-- Opening Marker --

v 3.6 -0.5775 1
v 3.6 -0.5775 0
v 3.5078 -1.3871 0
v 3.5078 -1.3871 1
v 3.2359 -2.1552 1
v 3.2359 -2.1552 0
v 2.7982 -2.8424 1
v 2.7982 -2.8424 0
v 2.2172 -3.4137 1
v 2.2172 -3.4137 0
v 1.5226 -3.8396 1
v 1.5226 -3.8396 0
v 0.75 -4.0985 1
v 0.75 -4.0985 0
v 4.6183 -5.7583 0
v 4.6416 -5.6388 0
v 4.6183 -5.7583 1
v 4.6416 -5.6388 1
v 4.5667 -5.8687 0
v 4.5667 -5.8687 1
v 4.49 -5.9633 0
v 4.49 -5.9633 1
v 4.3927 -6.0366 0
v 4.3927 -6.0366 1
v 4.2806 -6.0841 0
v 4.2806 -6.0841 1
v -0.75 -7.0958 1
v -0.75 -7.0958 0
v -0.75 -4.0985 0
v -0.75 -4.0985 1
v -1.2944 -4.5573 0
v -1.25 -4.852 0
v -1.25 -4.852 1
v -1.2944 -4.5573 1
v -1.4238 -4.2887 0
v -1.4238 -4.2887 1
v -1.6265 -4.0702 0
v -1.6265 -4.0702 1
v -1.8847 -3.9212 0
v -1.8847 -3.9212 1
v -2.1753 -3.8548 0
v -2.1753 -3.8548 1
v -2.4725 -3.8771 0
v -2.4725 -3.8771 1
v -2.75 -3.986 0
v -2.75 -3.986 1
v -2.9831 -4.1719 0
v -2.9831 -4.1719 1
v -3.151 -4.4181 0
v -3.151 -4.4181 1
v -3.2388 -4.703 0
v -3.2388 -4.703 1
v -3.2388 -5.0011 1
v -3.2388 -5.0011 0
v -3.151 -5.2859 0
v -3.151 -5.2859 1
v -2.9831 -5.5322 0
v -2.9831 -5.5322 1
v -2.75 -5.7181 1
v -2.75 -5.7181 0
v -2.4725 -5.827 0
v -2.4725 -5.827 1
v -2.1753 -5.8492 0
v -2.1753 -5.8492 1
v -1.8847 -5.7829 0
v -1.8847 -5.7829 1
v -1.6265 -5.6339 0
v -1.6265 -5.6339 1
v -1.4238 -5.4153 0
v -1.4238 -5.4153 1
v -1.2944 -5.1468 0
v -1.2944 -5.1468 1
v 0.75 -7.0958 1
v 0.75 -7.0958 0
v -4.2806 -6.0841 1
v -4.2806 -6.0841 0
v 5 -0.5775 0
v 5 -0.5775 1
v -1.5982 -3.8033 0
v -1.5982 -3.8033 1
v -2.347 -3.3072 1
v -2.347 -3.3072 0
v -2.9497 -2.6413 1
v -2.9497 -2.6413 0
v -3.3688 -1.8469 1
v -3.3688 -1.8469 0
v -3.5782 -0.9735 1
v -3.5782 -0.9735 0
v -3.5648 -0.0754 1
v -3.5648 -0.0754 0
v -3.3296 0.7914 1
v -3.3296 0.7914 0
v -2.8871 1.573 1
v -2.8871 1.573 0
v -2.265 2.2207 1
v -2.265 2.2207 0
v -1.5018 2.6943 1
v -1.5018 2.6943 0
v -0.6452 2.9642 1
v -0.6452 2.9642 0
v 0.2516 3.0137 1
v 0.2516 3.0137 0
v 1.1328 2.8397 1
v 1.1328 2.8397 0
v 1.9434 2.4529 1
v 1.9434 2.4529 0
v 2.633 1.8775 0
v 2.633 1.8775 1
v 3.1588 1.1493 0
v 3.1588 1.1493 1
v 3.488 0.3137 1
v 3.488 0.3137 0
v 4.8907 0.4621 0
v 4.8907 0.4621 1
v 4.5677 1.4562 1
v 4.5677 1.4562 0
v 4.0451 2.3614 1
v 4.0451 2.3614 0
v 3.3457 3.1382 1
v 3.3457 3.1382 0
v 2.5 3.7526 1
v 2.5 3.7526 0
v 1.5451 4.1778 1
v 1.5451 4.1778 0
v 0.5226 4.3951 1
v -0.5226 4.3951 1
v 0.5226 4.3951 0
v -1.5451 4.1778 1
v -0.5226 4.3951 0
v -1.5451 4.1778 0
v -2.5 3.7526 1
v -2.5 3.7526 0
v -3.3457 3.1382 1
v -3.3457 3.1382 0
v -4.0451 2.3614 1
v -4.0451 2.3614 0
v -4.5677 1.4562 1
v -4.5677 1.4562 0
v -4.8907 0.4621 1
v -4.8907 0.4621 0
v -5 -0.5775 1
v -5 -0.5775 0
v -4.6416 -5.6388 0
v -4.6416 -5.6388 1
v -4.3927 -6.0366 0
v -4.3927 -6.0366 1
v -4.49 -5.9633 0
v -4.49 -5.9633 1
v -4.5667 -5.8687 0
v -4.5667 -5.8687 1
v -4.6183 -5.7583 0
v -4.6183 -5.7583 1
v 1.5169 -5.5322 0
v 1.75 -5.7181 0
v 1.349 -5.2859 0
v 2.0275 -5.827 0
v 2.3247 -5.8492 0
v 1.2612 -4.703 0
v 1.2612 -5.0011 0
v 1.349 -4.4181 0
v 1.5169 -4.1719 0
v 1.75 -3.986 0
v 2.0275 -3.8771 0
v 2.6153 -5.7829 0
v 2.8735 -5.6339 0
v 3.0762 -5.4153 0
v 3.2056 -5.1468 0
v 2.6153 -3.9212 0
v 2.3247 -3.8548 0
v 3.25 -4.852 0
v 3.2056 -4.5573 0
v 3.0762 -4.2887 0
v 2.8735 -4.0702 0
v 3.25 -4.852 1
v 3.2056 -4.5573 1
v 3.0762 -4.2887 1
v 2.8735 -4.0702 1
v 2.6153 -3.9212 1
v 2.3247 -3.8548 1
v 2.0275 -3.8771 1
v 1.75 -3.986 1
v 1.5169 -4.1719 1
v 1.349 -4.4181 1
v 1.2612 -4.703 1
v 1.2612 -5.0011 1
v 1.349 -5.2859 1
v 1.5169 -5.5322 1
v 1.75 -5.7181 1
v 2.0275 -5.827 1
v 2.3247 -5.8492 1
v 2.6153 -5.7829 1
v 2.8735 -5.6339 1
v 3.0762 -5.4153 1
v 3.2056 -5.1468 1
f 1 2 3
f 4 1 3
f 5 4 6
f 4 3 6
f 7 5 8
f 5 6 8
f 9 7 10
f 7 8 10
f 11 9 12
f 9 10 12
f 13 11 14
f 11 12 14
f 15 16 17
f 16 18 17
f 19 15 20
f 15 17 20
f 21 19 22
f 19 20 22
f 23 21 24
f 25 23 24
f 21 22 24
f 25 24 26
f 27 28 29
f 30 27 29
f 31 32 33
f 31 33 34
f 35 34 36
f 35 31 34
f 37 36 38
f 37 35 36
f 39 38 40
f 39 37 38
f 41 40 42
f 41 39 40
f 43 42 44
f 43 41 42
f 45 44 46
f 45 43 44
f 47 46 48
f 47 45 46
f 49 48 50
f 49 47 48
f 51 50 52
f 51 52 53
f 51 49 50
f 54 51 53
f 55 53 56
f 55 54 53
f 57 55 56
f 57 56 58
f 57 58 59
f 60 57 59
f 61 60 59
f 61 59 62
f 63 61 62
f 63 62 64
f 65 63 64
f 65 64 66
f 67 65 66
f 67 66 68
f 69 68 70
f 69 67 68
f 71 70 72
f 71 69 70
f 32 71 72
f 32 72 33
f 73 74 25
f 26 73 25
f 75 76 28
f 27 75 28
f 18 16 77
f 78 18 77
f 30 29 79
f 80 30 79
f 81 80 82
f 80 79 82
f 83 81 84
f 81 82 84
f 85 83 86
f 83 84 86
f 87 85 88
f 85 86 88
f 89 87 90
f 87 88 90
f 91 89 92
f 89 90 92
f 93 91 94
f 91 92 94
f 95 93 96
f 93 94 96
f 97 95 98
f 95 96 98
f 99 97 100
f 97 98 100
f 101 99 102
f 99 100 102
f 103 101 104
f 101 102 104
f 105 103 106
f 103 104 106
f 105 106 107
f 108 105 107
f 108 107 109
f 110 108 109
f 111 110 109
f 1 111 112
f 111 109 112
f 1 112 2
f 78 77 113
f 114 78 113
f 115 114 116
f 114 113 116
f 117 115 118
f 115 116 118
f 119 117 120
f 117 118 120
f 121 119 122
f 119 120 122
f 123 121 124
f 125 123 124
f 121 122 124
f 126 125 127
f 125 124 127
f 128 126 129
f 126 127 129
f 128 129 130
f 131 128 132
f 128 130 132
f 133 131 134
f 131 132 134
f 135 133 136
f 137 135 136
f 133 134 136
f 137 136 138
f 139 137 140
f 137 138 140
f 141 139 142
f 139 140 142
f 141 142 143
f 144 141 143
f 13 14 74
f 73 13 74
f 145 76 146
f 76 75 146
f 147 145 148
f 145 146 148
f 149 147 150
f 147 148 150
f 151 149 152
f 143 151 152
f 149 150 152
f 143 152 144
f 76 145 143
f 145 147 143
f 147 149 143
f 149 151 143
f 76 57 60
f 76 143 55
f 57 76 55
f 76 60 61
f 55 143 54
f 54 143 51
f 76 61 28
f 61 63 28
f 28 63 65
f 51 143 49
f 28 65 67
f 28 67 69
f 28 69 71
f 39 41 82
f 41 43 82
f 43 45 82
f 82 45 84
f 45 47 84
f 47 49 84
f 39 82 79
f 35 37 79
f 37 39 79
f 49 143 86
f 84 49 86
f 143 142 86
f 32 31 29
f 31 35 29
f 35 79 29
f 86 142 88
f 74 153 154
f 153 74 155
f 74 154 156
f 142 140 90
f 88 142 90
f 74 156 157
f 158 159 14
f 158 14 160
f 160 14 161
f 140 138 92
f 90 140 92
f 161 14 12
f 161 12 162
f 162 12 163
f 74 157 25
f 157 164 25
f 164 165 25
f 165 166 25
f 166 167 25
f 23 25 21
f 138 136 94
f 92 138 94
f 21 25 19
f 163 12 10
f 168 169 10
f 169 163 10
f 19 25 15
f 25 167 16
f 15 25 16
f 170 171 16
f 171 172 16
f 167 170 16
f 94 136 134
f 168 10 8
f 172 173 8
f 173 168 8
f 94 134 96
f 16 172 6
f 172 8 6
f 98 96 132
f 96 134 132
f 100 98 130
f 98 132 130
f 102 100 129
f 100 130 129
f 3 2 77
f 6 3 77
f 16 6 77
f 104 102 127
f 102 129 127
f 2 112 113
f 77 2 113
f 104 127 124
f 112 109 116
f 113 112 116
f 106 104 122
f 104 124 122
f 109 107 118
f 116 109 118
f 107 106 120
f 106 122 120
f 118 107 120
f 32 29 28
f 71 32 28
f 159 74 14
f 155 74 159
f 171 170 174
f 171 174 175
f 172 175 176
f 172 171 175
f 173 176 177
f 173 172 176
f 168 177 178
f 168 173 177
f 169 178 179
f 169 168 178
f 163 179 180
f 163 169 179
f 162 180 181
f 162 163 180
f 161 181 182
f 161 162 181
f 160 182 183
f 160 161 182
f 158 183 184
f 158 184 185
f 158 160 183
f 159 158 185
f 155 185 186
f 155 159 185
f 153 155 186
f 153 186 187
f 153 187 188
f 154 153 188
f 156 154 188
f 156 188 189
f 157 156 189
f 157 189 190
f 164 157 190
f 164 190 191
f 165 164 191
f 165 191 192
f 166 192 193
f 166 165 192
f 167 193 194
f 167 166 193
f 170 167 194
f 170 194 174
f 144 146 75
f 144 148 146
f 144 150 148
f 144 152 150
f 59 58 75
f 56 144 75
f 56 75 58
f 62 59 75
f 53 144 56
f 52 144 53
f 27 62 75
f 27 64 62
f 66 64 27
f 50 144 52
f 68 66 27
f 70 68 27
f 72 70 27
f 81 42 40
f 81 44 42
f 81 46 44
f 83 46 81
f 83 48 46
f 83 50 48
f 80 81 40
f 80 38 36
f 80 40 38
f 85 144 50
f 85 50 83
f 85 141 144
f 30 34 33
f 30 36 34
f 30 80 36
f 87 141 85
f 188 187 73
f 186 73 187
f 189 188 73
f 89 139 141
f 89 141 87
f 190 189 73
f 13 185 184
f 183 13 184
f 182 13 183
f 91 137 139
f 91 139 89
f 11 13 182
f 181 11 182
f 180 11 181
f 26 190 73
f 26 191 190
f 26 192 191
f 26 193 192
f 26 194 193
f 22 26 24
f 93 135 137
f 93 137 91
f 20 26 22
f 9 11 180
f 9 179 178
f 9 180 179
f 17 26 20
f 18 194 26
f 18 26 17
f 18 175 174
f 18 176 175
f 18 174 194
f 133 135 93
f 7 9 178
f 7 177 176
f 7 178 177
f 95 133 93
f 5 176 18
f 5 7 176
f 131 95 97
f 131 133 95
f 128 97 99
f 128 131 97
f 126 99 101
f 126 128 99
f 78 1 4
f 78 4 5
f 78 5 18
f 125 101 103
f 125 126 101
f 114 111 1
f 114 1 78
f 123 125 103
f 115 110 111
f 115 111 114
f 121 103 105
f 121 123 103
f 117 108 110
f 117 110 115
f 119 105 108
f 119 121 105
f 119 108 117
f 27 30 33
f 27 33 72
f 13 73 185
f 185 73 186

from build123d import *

# Parameters (mm, degrees)
SKETCH_1_R      = 1
EXTRUDE_1_DEPTH = 1
FILLET_1_R      = 0.5


with BuildPart() as part:
    # 草图1 → 凸台-拉伸1 (new body)
    with BuildSketch(Plane.XY):
        with BuildLine():
            Line((-0.75, -7.095841887), (-0.75, -6.711388546))
            Line((-0.75, -6.711388546), (-0.75, -5.520914569))
            Line((-0.75, -5.520914569), (-0.75, -4.098492964))
            ThreePointArc((-0.75, -4.098492964), (-2.264950331, 2.22072913), (3.6, -0.577484586))
            ThreePointArc((3.6, -0.577484586), (2.798213716, -2.842434917), (0.75, -4.098492964))
            Line((0.75, -4.098492964), (0.75, -5.520914569))
            Line((0.75, -5.520914569), (0.75, -6.711388546))
            Line((0.75, -6.711388546), (0.75, -7.095841887))
            Line((0.75, -7.095841887), (4.616918769, -5.987758242))
            Line((4.616918769, -5.987758242), (5, -0.577484586))
            ThreePointArc((5, -0.577484586), (0, 4.422515414), (-5, -0.577484586))
            Line((-5, -0.577484586), (-4.616918769, -5.987758242))
            Line((-4.616918769, -5.987758242), (-0.75, -7.095841887))
        make_face()
        with Locations((-2.25, -4.852026876)):
            Circle(SKETCH_1_R, mode=Mode.SUBTRACT)
        with Locations((2.25, -4.852026876)):
            Circle(SKETCH_1_R, mode=Mode.SUBTRACT)
    extrude(amount=EXTRUDE_1_DEPTH)

    # 圆角1
    fillet_1_edges = [part.edges().sort_by_distance(p)[0] for p in [
        (4.616918769, -5.987758242, 0.5),
        (-4.616918769, -5.987758242, 0.5),
    ]]
    fillet(fillet_1_edges, radius=FILLET_1_R)


solid = part.part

-- Closing Marker --

● Required work
Reproduce only the lines above spanning from the line containing "v 1.349 -5.2859 1" through the line containing "f 117 115 118", word for word.

● Task result
v 1.349 -5.2859 1
v 1.5169 -5.5322 1
v 1.75 -5.7181 1
v 2.0275 -5.827 1
v 2.3247 -5.8492 1
v 2.6153 -5.7829 1
v 2.8735 -5.6339 1
v 3.0762 -5.4153 1
v 3.2056 -5.1468 1
f 1 2 3
f 4 1 3
f 5 4 6
f 4 3 6
f 7 5 8
f 5 6 8
f 9 7 10
f 7 8 10
f 11 9 12
f 9 10 12
f 13 11 14
f 11 12 14
f 15 16 17
f 16 18 17
f 19 15 20
f 15 17 20
f 21 19 22
f 19 20 22
f 23 21 24
f 25 23 24
f 21 22 24
f 25 24 26
f 27 28 29
f 30 27 29
f 31 32 33
f 31 33 34
f 35 34 36
f 35 31 34
f 37 36 38
f 37 35 36
f 39 38 40
f 39 37 38
f 41 40 42
f 41 39 40
f 43 42 44
f 43 41 42
f 45 44 46
f 45 43 44
f 47 46 48
f 47 45 46
f 49 48 50
f 49 47 48
f 51 50 52
f 51 52 53
f 51 49 50
f 54 51 53
f 55 53 56
f 55 54 53
f 57 55 56
f 57 56 58
f 57 58 59
f 60 57 59
f 61 60 59
f 61 59 62
f 63 61 62
f 63 62 64
f 65 63 64
f 65 64 66
f 67 65 66
f 67 66 68
f 69 68 70
f 69 67 68
f 71 70 72
f 71 69 70
f 32 71 72
f 32 72 33
f 73 74 25
f 26 73 25
f 75 76 28
f 27 75 28
f 18 16 77
f 78 18 77
f 30 29 79
f 80 30 79
f 81 80 82
f 80 79 82
f 83 81 84
f 81 82 84
f 85 83 86
f 83 84 86
f 87 85 88
f 85 86 88
f 89 87 90
f 87 88 90
f 91 89 92
f 89 90 92
f 93 91 94
f 91 92 94
f 95 93 96
f 93 94 96
f 97 95 98
f 95 96 98
f 99 97 100
f 97 98 100
f 101 99 102
f 99 100 102
f 103 101 104
f 101 102 104
f 105 103 106
f 103 104 106
f 105 106 107
f 108 105 107
f 108 107 109
f 110 108 109
f 111 110 109
f 1 111 112
f 111 109 112
f 1 112 2
f 78 77 113
f 114 78 113
f 115 114 116
f 114 113 116
f 117 115 118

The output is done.